La otra parte del problema es el escepticismo. Si lo primero es objeto de atención de los especialistas y ejecución de tecnócratas que ofrecen sus recetas archiconocidas en el mundo periférico como santos remedios de agua bendita sin efectividad alguna para deshacer los tumores que nos han invadido, la segunda parte del problema corresponde a la población europea, que vive como atontada, después de décadas de consumo de dañinos estupefacientes y relajantes sociales administrados con tino “europeista”. Convencidos estuvimos hasta ahora, gracias a un concertado esfuerzo mediático, que vivíamos en el mejor de los mundos posibles, y por eso era mejor que nos estuvieramos tranquilos, que no hace falta más que echar una miradita a ese rincón vecino que es África, o darse un paseito por Latinoamérica, para constatar que ellos no son como nosotros, gente culta y bien pensante, con las calles asfaltadas y los coches no contaminantes.

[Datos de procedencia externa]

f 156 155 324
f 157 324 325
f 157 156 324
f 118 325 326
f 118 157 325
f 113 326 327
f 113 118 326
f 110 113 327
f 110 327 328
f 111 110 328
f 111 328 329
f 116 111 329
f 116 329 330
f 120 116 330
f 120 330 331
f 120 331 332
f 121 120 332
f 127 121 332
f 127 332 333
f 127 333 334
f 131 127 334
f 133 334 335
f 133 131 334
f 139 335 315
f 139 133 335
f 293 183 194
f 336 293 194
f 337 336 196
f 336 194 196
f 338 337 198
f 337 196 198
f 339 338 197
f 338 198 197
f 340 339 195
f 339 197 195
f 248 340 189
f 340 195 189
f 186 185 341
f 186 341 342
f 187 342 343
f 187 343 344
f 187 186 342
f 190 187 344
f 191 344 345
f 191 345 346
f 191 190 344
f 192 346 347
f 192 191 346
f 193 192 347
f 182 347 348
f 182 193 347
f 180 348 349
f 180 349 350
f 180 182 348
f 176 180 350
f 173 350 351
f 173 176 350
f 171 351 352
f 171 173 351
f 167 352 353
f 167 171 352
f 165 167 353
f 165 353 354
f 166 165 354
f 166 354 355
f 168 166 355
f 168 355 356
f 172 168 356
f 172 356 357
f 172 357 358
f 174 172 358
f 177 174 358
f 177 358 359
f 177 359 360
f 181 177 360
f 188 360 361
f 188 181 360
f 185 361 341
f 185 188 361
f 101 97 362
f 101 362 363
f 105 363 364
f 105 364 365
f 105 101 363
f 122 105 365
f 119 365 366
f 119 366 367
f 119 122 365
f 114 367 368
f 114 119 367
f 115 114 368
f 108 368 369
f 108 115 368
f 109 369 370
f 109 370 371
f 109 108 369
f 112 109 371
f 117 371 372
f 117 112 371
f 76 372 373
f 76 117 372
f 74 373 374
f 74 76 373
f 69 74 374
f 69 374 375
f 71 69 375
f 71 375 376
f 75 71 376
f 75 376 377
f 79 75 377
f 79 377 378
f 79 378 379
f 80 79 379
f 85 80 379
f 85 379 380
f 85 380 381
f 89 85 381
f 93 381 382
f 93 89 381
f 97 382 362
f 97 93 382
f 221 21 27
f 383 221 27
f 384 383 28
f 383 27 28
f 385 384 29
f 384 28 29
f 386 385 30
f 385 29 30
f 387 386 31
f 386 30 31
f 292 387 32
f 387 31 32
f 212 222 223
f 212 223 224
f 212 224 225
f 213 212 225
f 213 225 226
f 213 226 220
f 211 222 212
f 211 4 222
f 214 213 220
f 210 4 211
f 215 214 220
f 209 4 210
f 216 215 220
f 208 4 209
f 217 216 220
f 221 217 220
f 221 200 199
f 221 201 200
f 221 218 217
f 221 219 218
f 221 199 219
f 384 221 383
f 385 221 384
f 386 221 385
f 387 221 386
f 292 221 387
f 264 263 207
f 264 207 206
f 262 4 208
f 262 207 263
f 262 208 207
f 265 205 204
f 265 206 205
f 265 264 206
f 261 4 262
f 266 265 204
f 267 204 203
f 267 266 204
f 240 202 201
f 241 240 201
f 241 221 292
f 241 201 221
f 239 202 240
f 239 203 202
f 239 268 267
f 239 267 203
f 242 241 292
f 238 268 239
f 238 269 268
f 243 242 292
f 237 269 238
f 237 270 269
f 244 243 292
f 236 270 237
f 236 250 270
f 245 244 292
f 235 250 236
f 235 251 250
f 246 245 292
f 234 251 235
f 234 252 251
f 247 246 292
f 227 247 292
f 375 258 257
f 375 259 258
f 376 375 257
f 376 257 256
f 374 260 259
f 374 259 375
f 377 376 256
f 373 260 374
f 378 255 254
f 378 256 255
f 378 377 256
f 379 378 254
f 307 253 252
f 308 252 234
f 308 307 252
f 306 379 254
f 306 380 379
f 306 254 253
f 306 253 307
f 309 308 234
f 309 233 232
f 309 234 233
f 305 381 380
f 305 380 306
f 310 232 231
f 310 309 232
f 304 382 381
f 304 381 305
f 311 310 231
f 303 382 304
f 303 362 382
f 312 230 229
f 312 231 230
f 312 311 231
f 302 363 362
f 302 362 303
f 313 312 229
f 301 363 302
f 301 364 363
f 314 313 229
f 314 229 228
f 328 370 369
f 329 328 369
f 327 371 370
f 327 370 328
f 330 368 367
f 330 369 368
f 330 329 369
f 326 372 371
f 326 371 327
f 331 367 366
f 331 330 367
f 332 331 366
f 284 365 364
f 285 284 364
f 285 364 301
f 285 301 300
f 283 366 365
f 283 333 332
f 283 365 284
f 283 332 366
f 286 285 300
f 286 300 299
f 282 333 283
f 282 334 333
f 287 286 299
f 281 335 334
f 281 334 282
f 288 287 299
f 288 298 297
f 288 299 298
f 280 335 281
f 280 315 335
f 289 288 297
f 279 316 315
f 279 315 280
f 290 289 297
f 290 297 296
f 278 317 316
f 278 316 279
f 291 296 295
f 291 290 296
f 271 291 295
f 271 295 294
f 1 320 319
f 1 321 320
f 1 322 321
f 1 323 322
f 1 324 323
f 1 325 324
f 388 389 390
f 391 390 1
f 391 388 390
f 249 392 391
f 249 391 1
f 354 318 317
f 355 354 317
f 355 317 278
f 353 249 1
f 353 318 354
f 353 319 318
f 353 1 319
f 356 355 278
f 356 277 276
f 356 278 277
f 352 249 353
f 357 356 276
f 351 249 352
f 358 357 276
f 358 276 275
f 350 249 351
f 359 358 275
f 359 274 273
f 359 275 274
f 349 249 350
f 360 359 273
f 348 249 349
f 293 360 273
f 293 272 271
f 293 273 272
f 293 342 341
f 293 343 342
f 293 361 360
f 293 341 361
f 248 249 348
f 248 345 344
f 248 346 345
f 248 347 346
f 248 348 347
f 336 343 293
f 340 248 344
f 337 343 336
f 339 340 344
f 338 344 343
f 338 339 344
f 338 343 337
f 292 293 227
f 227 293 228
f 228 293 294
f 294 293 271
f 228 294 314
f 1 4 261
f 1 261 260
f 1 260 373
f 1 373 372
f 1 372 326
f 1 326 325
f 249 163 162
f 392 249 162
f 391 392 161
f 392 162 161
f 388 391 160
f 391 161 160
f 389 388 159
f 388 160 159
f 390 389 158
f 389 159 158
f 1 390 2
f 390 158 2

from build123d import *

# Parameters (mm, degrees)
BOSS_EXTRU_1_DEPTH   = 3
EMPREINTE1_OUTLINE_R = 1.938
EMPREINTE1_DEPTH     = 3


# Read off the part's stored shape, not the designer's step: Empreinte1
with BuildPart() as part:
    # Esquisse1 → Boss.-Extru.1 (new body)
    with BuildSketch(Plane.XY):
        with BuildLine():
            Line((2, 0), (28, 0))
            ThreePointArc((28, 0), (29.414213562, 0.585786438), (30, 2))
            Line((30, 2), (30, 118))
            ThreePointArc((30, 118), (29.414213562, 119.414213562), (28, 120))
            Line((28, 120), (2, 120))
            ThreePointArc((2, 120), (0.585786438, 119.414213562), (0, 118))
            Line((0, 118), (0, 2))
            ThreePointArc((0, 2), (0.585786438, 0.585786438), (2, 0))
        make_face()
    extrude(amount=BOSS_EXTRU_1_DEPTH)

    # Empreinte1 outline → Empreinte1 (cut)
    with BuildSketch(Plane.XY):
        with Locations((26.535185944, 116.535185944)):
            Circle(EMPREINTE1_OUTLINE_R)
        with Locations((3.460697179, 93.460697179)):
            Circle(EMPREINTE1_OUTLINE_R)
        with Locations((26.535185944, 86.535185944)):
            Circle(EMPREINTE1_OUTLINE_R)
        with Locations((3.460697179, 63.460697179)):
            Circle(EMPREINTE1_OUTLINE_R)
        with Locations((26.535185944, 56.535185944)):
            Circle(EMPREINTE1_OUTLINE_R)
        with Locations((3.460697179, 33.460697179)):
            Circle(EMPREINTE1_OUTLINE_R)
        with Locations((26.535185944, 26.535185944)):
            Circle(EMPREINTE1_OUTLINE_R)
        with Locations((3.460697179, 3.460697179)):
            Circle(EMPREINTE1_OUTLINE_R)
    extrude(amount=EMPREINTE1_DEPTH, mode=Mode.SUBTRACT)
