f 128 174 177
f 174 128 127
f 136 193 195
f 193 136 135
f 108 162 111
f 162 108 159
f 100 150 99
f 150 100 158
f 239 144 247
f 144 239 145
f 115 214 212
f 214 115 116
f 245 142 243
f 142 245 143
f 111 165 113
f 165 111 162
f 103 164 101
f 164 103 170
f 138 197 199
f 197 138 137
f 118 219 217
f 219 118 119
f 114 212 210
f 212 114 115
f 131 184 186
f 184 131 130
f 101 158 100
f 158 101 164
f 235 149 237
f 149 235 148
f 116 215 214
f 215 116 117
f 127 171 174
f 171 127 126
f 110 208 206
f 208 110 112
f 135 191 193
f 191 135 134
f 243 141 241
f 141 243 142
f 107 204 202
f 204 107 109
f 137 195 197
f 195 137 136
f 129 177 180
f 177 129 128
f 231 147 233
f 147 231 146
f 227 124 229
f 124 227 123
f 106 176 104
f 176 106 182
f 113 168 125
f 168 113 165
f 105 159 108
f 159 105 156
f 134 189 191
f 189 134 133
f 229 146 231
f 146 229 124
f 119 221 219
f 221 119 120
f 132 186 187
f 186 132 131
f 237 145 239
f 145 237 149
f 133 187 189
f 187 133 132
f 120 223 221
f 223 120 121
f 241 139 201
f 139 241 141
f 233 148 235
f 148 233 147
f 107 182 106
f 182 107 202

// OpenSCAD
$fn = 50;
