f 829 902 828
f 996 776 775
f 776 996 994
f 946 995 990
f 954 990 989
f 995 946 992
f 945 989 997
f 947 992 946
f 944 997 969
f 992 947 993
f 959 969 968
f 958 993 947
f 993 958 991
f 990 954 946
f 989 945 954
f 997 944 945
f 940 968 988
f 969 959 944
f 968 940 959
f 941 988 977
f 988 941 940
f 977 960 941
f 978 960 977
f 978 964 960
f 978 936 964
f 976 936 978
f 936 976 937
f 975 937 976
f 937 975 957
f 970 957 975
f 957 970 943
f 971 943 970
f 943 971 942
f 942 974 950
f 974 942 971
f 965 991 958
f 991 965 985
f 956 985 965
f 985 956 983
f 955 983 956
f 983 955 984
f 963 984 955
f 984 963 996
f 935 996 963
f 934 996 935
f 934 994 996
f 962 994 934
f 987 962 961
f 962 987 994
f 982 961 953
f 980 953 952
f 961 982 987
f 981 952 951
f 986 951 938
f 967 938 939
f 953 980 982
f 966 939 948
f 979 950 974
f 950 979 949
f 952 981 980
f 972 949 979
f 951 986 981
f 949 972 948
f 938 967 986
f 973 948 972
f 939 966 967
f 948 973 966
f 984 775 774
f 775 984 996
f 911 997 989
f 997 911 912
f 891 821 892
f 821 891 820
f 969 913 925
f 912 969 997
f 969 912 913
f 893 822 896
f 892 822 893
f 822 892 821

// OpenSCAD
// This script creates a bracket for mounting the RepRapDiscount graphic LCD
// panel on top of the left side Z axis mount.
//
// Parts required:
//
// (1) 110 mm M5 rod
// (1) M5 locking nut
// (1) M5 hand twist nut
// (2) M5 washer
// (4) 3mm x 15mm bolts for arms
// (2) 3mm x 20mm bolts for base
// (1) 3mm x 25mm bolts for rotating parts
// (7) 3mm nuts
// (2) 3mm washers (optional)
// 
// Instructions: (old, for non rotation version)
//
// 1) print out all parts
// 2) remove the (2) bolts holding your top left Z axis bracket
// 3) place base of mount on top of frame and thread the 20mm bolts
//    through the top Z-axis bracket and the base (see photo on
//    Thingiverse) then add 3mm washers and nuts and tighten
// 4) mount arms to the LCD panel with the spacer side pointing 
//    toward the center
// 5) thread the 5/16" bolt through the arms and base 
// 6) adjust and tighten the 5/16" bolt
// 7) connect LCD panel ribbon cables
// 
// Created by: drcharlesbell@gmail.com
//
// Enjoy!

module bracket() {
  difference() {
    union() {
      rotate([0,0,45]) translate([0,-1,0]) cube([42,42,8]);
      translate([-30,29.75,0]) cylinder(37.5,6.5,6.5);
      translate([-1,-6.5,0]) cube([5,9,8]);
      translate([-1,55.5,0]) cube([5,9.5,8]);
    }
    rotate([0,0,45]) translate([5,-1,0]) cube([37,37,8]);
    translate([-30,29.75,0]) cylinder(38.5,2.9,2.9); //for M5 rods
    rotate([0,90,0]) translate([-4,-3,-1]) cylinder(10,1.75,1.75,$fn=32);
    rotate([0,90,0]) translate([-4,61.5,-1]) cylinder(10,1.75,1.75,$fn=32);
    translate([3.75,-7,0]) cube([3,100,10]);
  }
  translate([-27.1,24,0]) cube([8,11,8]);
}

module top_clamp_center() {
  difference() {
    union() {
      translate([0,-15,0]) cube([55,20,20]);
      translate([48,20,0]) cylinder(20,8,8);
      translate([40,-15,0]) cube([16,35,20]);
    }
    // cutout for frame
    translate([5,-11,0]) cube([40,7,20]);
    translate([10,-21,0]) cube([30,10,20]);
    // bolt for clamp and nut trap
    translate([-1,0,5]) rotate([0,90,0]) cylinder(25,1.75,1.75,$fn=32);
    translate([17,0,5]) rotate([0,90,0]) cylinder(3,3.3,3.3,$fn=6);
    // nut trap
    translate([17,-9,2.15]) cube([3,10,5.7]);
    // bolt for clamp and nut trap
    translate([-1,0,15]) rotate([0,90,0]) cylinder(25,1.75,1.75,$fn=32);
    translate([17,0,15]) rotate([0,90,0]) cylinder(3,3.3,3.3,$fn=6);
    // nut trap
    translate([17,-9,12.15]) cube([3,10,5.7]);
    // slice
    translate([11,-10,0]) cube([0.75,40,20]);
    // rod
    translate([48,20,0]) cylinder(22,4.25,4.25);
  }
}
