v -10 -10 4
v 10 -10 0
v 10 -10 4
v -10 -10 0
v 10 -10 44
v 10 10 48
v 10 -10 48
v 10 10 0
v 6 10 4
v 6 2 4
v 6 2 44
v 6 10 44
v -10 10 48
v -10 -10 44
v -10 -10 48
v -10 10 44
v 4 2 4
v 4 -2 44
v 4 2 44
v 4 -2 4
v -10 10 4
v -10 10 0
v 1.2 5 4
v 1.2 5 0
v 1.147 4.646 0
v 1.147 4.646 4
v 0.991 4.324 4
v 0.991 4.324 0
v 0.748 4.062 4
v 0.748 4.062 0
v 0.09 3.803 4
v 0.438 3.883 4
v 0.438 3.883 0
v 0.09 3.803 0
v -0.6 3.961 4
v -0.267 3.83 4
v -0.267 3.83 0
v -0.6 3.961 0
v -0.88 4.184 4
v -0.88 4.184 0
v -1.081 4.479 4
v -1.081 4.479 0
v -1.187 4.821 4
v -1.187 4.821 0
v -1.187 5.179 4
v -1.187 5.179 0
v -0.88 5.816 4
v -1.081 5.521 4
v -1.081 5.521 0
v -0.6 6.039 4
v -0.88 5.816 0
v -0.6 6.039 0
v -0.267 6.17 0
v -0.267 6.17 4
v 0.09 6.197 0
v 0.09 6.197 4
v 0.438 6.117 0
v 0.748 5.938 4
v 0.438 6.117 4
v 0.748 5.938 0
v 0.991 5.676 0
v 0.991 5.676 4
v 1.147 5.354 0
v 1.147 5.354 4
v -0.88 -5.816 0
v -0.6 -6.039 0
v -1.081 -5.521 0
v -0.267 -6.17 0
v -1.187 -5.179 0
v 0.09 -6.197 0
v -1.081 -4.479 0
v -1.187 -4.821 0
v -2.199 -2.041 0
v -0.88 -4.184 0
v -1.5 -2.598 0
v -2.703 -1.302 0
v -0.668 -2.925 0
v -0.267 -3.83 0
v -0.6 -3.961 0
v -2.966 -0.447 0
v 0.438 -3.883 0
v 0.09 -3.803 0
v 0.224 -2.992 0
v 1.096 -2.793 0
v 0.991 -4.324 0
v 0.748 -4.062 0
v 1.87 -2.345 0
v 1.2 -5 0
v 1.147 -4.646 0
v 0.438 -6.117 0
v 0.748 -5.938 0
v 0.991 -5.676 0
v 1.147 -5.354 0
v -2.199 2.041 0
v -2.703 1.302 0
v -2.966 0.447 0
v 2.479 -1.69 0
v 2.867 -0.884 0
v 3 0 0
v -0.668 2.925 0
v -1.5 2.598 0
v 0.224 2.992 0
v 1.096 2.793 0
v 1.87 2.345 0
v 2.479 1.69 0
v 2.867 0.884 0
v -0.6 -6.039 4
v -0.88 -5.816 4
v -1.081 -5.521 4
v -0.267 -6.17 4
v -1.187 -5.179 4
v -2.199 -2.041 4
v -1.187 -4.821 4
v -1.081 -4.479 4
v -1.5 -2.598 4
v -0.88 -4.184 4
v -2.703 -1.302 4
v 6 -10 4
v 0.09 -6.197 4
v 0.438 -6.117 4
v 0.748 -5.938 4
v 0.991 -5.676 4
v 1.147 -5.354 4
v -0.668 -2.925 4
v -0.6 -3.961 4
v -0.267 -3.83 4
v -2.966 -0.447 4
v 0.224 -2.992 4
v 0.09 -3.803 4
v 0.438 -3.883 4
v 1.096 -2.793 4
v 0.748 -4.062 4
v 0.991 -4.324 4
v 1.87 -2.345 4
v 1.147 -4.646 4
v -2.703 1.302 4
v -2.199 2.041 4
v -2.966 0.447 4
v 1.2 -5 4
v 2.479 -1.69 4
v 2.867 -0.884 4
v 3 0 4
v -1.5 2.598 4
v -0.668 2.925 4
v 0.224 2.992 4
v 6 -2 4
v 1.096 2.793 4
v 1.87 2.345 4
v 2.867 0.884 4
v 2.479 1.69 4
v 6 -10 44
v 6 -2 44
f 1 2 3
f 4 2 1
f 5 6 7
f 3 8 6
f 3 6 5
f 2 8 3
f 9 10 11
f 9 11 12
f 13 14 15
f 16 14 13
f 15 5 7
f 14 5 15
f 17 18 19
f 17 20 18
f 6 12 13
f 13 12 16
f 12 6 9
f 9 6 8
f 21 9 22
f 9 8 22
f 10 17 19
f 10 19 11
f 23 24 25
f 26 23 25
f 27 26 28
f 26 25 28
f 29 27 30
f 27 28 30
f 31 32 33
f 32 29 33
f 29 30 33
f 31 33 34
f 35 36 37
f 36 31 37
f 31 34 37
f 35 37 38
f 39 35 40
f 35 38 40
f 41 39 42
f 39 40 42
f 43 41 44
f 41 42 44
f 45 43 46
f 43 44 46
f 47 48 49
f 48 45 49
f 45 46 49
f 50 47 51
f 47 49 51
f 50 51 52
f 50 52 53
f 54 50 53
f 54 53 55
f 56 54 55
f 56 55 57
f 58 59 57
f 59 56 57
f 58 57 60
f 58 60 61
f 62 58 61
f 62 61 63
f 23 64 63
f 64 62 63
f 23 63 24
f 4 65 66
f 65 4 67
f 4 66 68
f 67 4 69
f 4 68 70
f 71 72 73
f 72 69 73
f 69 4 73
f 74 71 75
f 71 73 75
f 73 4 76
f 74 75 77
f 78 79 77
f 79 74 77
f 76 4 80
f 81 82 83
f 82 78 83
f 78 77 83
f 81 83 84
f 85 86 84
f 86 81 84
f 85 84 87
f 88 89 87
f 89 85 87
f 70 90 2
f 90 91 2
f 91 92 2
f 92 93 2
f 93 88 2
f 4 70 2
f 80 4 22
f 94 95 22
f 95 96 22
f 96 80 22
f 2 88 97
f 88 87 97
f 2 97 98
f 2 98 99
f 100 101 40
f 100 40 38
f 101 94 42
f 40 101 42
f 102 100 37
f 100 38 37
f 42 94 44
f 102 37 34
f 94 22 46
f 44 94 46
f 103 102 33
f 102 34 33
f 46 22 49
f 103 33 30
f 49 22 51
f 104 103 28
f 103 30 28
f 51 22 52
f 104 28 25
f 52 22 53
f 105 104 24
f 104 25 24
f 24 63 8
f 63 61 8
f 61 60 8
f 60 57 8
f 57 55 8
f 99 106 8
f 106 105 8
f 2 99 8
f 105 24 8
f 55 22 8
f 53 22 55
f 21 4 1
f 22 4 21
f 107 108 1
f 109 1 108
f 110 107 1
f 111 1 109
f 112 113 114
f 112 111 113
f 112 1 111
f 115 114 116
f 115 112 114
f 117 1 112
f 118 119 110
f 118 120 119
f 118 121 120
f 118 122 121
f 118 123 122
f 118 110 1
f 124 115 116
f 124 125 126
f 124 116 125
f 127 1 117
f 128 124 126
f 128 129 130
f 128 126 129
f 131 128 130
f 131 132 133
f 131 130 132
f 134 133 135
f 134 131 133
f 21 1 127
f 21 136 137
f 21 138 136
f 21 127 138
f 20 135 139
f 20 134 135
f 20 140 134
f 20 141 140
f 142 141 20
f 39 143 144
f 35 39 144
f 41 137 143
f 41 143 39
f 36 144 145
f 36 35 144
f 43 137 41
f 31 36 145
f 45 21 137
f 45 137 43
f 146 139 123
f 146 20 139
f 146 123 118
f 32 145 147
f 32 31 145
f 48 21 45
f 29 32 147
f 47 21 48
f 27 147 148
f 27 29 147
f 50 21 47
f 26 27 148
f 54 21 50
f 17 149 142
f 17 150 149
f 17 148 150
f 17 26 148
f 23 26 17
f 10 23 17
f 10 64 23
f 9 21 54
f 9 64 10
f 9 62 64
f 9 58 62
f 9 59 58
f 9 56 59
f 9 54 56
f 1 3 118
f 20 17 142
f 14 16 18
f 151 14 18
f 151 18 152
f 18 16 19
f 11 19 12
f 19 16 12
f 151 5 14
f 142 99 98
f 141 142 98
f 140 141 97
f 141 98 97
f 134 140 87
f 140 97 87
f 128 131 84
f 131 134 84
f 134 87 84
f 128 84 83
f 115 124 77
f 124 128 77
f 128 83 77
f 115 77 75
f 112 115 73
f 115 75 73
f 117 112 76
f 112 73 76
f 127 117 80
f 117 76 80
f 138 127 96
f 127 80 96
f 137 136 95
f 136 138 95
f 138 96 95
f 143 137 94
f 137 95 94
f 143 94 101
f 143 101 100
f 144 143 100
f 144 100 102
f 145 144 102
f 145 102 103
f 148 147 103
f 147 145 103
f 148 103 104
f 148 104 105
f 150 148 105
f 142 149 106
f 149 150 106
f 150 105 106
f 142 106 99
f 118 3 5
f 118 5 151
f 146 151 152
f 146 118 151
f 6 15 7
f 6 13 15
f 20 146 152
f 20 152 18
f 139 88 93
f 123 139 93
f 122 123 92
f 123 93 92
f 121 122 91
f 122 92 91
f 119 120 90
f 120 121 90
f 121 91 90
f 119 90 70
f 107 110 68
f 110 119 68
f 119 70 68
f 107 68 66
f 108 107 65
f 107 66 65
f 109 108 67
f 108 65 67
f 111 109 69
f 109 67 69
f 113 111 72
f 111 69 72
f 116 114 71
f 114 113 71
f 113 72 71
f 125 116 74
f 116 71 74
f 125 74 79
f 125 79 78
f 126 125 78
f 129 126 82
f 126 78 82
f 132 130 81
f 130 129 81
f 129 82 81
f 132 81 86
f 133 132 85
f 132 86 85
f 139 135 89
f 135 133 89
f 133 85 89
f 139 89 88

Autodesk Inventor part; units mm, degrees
ref_plane "YZ Plane" through (0, 0, 0) normal (1, 0, 0) x (0, 1, 0)
ref_plane "XZ Plane" through (0, 0, 0) normal (0, 1, 0) x (-1, 0, 0)
ref_plane "XY Plane" through (0, 0, 0) normal (0, 0, 1) x (1, 0, 0)
sketch "Sketch1" plane through (0, 0, 0) normal (0, 0, 1) x (1, 0, 0)
  line L0 (10, -10) -> (-10, -10)
  line L1 (-10, -10) -> (-10, 10)
  line L2 (-10, 10) -> (10, 10)
  line L3 (10, 10) -> (10, -10)
  circle A0 centre (0, 5) radius 1.2
  circle A1 centre (0, -5) radius 1.2
  circle A2 centre (0, 0) radius 3
  dimension "d0" = 10
  dimension "d1" = 10
  dimension "d2" = 10
  dimension "d3" = 10
  dimension "d4" = 5
  dimension "d5" = 5
  dimension "d6" = 2.4
  dimension "d7" = 2.4
  dimension "d8" = 6
extrude "Extrusion1" add sketch "Sketch1" along normal blind 4
sketch "Sketch2" plane through (0, 0, 4) normal (0, 0, 1) x (1, 0, 0)
  line L0 (0, 0) -> (-1.3346, -1.3533)
  line L1 (10, 10) -> (-10, 10) projected
  line L2 (10, -9.9996) -> (6, -9.9996)
  line L3 (6, -9.9996) -> (6, 10)
  line L4 (6, 10) -> (10, 10)
  line L5 (10, 10) -> (10, -9.9996)
  line L6 (8, -1.9998) -> (4, -1.9998)
  line L7 (4, -1.9998) -> (4, 2.0002)
  line L8 (4, 2.0002) -> (8, 2.0002)
  line L9 (8, 2.0002) -> (8, -1.9998)
  line L10 (8, -1.9998) -> (4, 2.0002) construction
  line L11 (4, -1.9998) -> (8, 2.0002) construction
  point P0 (6, 0.0002)
  point P1 (6, -1.9998)
  point P2 (6, 2.0002)
  dimension "d19" = 6
  dimension "d20" = 10
  dimension "d21" = 4
  dimension "d22" = 4
extrude "Extrusion2" add sketch "Sketch2" along normal blind 40
sketch "Sketch3" plane through (0, 0, 44) normal (0, 0, 1) x (1, 0, 0)
  line L0 (10, 10) -> (-10, 10) projected
  line L1 (10, -10) -> (-10, -10)
  line L2 (-10, -10) -> (-10, 10)
  line L3 (-10, 10) -> (10, 10)
  line L4 (10, 10) -> (10, -10)
  line L5 (10, -10) -> (-10, 10) construction
  line L6 (-10, -10) -> (10, 10) construction
  point P0 (0, 0)
extrude "Extrusion3" add sketch "Sketch3" along normal blind 4
equation "\"d1\" = d0"
equation "\"d2\" = d0"
equation "\"d3\" = d2"
equation "\"d5\" = d4"
equation "\"d7\" = d6"
properties part number "MotorMount"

En fin, se acabaron los cuentos. Hay que arremangarse y empezar a desencallar el cerebro, lleno de tonterías largamente pronunciadas.

La Europa social, la Europa democrática de la que tanto presumimos durante estos años no ha sido más que un “pedo” en la historia. Y aquí la palabra “pedo” es especialmente importante. Lo primero es comprender eso, que no hay una esencia Europea, por la sencilla razón de que nunca la hubo y porque en la historia las esencias son como las brujas, invenciones de una imaginación desordenada. Lo que hay son las tradiciones, y dentro de las tradiciones, los conflictos y eventualmente las revoluciones que, llegado el caso, como decía MacIntyre, aseguran continuidad a la tradición.

Para los conservadores, tradición y revolución son nociones contrapuestas. Para MacIntyre, en cambio, las tradiciones, muchas veces, necesitan de las revoluciones para no morir. Eso es lo que hace de Juana de Arco y Danton, miembros de una misma especie que estira sus músculos a lo largo de la historia.

La crisis europea, recordémoslo, es parte de una crisis planetaria, una crisis que pide a gritos su revolución, que el sueño de Obama intento disuadir. Una crisis que se fraguó en el taller ideológico del neoliberalismo, articulado a partir de la ficción filosófica del individuo como último y exclusivo eje de lo real, pero con el oscuro propósito de hacerlo objeto absoluto del mercado corporativo y el Estado burocrático. Lo que toca ahora es volver a dar forma a un “nosotros” que nos permita resistir para preservar lo que aún no hemos inventado.